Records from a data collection
+ + + + + + +

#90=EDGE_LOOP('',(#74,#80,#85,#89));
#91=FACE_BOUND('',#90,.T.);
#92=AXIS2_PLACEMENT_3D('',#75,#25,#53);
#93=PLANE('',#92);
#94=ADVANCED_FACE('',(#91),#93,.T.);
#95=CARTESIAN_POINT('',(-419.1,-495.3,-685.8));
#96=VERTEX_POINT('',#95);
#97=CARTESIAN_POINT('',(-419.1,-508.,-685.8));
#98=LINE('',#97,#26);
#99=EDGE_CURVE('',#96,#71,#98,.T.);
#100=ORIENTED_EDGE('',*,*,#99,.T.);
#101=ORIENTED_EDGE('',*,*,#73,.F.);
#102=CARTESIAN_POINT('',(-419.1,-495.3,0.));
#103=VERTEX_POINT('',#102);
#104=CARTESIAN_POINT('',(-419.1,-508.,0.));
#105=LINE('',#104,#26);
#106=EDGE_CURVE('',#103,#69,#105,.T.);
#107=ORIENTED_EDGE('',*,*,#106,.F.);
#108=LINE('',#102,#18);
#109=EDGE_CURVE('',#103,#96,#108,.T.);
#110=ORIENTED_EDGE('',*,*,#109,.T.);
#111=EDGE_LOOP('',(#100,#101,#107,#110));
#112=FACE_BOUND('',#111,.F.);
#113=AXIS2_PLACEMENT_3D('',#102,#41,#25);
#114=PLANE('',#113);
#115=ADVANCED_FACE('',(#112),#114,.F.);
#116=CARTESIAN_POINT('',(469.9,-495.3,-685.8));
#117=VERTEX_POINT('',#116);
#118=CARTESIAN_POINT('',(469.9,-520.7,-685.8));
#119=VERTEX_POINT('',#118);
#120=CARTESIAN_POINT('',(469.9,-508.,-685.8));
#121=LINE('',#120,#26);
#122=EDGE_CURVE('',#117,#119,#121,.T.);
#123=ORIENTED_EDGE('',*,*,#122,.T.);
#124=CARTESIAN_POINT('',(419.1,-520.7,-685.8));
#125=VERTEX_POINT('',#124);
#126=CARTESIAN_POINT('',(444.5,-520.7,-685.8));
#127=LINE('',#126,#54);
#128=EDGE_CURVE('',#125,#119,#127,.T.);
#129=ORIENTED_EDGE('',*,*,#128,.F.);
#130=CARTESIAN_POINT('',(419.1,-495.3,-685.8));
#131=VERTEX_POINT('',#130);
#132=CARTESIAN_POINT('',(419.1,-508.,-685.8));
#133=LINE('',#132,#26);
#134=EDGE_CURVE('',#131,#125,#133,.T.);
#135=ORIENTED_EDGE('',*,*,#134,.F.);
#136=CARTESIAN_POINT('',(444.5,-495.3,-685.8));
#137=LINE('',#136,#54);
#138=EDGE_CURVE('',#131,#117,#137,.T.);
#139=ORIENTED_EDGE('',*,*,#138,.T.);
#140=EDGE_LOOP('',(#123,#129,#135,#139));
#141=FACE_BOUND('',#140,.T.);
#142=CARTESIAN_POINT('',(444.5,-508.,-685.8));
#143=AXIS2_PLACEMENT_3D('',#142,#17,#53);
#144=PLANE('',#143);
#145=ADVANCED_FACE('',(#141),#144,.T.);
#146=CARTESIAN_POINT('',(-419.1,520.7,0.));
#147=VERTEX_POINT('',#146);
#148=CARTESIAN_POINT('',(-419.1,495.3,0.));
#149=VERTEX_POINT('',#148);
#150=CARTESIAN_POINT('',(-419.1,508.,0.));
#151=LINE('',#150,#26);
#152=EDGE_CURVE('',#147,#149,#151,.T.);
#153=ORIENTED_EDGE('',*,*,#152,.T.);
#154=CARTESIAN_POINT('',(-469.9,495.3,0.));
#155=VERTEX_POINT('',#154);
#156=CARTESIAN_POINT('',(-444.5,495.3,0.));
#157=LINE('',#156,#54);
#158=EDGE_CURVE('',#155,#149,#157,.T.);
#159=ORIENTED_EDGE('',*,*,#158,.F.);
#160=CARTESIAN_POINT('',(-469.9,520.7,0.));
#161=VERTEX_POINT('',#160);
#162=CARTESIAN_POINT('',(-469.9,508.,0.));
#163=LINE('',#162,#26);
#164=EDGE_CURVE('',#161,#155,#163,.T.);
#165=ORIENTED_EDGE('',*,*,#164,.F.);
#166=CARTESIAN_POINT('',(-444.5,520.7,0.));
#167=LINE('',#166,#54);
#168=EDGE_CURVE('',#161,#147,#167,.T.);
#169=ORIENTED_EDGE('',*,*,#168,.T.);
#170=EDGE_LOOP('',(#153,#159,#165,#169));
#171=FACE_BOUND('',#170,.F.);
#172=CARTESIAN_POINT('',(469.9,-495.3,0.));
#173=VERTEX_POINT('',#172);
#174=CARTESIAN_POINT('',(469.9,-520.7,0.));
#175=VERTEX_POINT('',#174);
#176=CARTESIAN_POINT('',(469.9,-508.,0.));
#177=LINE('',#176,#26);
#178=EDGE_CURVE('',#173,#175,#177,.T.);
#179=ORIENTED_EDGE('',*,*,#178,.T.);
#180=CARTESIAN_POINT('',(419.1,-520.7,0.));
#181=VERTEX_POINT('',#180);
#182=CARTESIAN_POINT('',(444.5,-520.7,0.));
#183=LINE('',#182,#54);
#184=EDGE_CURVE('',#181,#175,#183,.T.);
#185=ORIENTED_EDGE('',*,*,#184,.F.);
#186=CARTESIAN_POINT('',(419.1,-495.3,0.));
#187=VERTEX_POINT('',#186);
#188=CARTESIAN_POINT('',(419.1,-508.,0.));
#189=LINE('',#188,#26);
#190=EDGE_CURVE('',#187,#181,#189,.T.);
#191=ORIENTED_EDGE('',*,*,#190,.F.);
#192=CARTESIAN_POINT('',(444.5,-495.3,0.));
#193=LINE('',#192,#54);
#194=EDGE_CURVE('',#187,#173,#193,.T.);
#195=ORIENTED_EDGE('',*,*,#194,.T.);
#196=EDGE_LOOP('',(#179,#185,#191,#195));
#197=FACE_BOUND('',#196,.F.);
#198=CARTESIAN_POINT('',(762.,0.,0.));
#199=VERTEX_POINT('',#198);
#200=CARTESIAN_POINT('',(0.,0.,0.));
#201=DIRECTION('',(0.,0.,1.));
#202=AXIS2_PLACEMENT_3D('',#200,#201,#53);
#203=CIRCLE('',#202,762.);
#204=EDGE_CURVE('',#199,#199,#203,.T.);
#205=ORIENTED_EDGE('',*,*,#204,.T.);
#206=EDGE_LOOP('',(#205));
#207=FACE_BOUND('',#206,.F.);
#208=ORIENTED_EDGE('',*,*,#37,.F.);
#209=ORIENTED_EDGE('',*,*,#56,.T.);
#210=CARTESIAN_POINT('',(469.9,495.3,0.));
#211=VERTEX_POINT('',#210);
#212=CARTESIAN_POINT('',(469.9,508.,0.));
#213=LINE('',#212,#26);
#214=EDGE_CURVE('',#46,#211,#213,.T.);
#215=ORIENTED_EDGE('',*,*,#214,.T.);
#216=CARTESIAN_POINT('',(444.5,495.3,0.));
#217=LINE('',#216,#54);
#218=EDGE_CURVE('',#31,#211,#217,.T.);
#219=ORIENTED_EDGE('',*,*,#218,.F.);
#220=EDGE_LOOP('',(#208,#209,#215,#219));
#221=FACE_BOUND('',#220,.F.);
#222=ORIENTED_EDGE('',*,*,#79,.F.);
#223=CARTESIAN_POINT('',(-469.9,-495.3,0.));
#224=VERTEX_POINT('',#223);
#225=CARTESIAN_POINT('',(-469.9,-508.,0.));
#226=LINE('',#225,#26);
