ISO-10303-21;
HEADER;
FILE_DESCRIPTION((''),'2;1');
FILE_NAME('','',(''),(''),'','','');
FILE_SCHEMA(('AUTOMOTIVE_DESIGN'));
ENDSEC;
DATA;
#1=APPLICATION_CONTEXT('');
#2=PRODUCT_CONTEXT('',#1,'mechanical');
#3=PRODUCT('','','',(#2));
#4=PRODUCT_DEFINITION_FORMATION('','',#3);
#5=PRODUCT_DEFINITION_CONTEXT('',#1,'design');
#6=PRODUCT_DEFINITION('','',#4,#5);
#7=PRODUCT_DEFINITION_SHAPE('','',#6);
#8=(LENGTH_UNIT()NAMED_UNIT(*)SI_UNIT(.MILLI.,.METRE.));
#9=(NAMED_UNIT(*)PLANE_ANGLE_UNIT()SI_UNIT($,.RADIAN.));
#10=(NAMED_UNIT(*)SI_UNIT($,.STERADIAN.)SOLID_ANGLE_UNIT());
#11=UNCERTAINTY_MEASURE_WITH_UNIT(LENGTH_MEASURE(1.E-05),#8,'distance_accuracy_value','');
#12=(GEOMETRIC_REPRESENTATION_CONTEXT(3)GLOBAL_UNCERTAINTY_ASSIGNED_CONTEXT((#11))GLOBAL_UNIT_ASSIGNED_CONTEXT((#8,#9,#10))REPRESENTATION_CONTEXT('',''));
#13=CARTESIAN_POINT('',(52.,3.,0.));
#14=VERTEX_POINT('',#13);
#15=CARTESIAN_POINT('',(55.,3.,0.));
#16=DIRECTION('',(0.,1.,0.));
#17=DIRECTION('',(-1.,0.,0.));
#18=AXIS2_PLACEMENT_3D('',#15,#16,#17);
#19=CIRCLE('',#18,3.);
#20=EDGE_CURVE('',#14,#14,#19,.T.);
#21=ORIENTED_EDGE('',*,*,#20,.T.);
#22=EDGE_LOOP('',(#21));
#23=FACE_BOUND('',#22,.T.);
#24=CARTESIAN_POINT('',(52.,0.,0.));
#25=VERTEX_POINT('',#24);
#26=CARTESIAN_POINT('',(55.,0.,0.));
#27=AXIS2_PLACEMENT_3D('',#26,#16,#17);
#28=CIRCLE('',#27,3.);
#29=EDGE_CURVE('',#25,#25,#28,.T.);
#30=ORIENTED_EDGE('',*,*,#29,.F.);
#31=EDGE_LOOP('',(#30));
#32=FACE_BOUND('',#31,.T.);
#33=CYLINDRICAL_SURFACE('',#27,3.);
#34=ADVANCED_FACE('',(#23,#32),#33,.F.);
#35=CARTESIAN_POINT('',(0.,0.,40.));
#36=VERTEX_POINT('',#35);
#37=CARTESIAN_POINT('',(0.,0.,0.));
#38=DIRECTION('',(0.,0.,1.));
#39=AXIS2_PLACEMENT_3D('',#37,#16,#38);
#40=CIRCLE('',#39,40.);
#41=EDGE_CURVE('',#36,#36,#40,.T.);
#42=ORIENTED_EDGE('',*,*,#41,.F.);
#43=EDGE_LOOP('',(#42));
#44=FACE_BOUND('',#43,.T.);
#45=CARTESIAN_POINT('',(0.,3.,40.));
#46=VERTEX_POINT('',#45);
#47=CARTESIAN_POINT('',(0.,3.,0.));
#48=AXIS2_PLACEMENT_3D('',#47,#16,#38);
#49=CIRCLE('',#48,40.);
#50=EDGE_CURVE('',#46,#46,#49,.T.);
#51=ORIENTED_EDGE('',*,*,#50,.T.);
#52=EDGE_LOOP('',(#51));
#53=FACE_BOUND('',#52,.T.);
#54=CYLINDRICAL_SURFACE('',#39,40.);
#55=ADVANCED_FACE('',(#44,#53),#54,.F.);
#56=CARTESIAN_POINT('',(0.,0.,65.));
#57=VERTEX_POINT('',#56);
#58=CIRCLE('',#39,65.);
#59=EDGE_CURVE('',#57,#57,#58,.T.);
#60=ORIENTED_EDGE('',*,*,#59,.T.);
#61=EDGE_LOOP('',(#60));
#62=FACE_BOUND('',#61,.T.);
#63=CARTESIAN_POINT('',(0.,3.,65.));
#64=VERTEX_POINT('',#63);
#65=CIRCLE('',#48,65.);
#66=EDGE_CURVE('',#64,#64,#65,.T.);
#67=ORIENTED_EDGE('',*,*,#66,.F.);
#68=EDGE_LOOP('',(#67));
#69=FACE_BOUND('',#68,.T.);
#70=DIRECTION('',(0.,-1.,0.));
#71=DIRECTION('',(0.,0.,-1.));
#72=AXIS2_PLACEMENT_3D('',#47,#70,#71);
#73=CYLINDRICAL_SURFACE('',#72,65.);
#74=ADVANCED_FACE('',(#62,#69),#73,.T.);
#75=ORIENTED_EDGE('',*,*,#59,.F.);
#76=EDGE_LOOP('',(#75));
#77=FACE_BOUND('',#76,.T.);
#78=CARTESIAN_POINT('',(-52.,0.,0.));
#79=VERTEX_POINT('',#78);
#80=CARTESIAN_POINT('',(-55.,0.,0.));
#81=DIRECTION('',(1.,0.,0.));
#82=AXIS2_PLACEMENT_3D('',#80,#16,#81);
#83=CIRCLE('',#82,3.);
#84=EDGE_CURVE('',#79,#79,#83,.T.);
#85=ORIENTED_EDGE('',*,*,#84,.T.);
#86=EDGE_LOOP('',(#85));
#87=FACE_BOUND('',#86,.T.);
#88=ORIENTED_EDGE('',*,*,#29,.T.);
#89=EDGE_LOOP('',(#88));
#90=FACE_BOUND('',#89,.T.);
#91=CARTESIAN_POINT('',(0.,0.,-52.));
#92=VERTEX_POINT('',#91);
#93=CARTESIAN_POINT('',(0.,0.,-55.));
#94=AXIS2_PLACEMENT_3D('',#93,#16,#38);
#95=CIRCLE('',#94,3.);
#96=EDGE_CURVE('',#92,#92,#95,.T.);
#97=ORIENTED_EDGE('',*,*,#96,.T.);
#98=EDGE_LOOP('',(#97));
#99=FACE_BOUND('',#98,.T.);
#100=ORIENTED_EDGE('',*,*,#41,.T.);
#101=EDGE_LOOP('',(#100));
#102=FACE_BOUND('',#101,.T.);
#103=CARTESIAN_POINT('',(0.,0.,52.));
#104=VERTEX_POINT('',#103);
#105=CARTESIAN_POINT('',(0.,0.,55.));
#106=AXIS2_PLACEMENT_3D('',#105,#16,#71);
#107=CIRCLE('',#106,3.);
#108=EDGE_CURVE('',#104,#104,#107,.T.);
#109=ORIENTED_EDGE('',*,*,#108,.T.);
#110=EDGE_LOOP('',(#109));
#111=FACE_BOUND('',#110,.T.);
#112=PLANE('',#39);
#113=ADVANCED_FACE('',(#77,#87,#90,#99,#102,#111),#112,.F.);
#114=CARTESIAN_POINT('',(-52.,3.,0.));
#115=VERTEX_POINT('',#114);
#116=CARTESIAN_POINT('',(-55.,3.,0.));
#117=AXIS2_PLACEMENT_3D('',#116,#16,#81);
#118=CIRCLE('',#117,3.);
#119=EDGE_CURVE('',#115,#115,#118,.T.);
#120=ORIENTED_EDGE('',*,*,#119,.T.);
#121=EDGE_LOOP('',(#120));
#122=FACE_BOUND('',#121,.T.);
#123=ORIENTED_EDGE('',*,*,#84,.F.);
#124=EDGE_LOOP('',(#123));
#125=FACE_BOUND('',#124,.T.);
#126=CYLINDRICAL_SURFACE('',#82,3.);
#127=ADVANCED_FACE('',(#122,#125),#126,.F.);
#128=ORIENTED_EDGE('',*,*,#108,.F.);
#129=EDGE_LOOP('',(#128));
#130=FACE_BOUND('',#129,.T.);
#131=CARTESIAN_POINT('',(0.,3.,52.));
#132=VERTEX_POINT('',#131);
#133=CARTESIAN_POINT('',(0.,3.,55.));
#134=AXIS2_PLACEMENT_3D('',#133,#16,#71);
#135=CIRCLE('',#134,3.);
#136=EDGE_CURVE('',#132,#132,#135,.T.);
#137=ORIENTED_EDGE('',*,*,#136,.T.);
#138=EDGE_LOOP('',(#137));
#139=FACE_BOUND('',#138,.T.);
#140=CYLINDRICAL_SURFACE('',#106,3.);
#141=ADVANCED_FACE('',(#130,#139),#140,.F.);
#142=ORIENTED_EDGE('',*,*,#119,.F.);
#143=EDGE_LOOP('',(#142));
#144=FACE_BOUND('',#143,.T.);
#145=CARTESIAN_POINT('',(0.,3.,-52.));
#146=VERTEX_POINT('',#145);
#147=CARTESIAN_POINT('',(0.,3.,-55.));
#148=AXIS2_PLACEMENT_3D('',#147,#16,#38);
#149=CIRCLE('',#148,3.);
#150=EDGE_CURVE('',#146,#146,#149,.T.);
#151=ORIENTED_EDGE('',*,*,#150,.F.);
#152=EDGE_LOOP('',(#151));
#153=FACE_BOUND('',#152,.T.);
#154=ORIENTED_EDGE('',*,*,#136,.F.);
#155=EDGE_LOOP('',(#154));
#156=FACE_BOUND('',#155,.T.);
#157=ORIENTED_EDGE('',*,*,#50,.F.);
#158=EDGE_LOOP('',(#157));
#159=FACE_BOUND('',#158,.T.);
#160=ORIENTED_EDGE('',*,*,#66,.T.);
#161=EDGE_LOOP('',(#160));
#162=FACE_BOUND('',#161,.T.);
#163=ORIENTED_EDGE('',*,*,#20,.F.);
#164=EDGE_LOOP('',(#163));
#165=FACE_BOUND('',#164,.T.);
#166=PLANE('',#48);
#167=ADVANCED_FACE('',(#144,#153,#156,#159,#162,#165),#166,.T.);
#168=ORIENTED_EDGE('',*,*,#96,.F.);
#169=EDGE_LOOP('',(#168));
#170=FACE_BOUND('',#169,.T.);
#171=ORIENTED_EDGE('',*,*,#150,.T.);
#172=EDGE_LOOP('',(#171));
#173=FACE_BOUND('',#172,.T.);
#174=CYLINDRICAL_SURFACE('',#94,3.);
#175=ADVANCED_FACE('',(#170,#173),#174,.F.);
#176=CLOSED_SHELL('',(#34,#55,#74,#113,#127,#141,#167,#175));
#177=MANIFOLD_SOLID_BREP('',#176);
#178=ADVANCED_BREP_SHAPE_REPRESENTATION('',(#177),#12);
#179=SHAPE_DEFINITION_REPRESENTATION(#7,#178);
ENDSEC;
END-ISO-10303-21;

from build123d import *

# Parameters (mm, degrees)
SKETCH1_R           = 65
BOSS_EXTRUDE1_DEPTH = 3
SKETCH2_R           = 3
CUT_EXTRUDE1_DEPTH  = 4
CIRPATTERN1_COUNT   = 4
SKETCH3_R           = 40
CUT_EXTRUDE2_DEPTH  = 4


with BuildPart() as part:
    # Sketch1 → Boss-Extrude1 (new body)
    with BuildSketch(Plane(origin=(0, 0, 0), x_dir=(1, 0, 0), z_dir=(0, 1, 0))):
        Circle(SKETCH1_R)
    extrude(amount=BOSS_EXTRUDE1_DEPTH)

    # Sketch2 → Cut-Extrude1 (cut, through all)
    with BuildSketch(Plane(origin=(0, 3, 0), x_dir=(1, 0, 0), z_dir=(0, 1, 0))):
        with Locations((0, 55)):
            Circle(SKETCH2_R)
    cut_extrude1 = extrude(amount=-CUT_EXTRUDE1_DEPTH, mode=Mode.SUBTRACT)

    # CirPattern1: Cut-Extrude1 ×4 about axis
    cirpattern1_axis = Axis((0, 0, 0), (0, 1, 0))
    for i in range(1, CIRPATTERN1_COUNT):
        add(cut_extrude1.rotate(cirpattern1_axis, i * 360 / CIRPATTERN1_COUNT), mode=Mode.SUBTRACT)

    # Sketch3 → Cut-Extrude2 (cut, through all)
    with BuildSketch(Plane(origin=(0, 3, 0), x_dir=(1, 0, 0), z_dir=(0, 1, 0))):
        Circle(SKETCH3_R)
    extrude(amount=-CUT_EXTRUDE2_DEPTH, mode=Mode.SUBTRACT)


solid = part.part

+ + + + + + +

DESCRIPTION OF THE TASK:
Reproduce exactly every line that sits between the start of the entries and the line bearing "#100=ORIENTED_EDGE('',*,*,#99,.T.);", counting both of those lines.

REPLY:
#90=EDGE_LOOP('',(#74,#80,#85,#89));
#91=FACE_BOUND('',#90,.T.);
#92=AXIS2_PLACEMENT_3D('',#75,#25,#53);
#93=PLANE('',#92);
#94=ADVANCED_FACE('',(#91),#93,.T.);
#95=CARTESIAN_POINT('',(-419.1,-495.3,-685.8));
#96=VERTEX_POINT('',#95);
#97=CARTESIAN_POINT('',(-419.1,-508.,-685.8));
#98=LINE('',#97,#26);
#99=EDGE_CURVE('',#96,#71,#98,.T.);
#100=ORIENTED_EDGE('',*,*,#99,.T.);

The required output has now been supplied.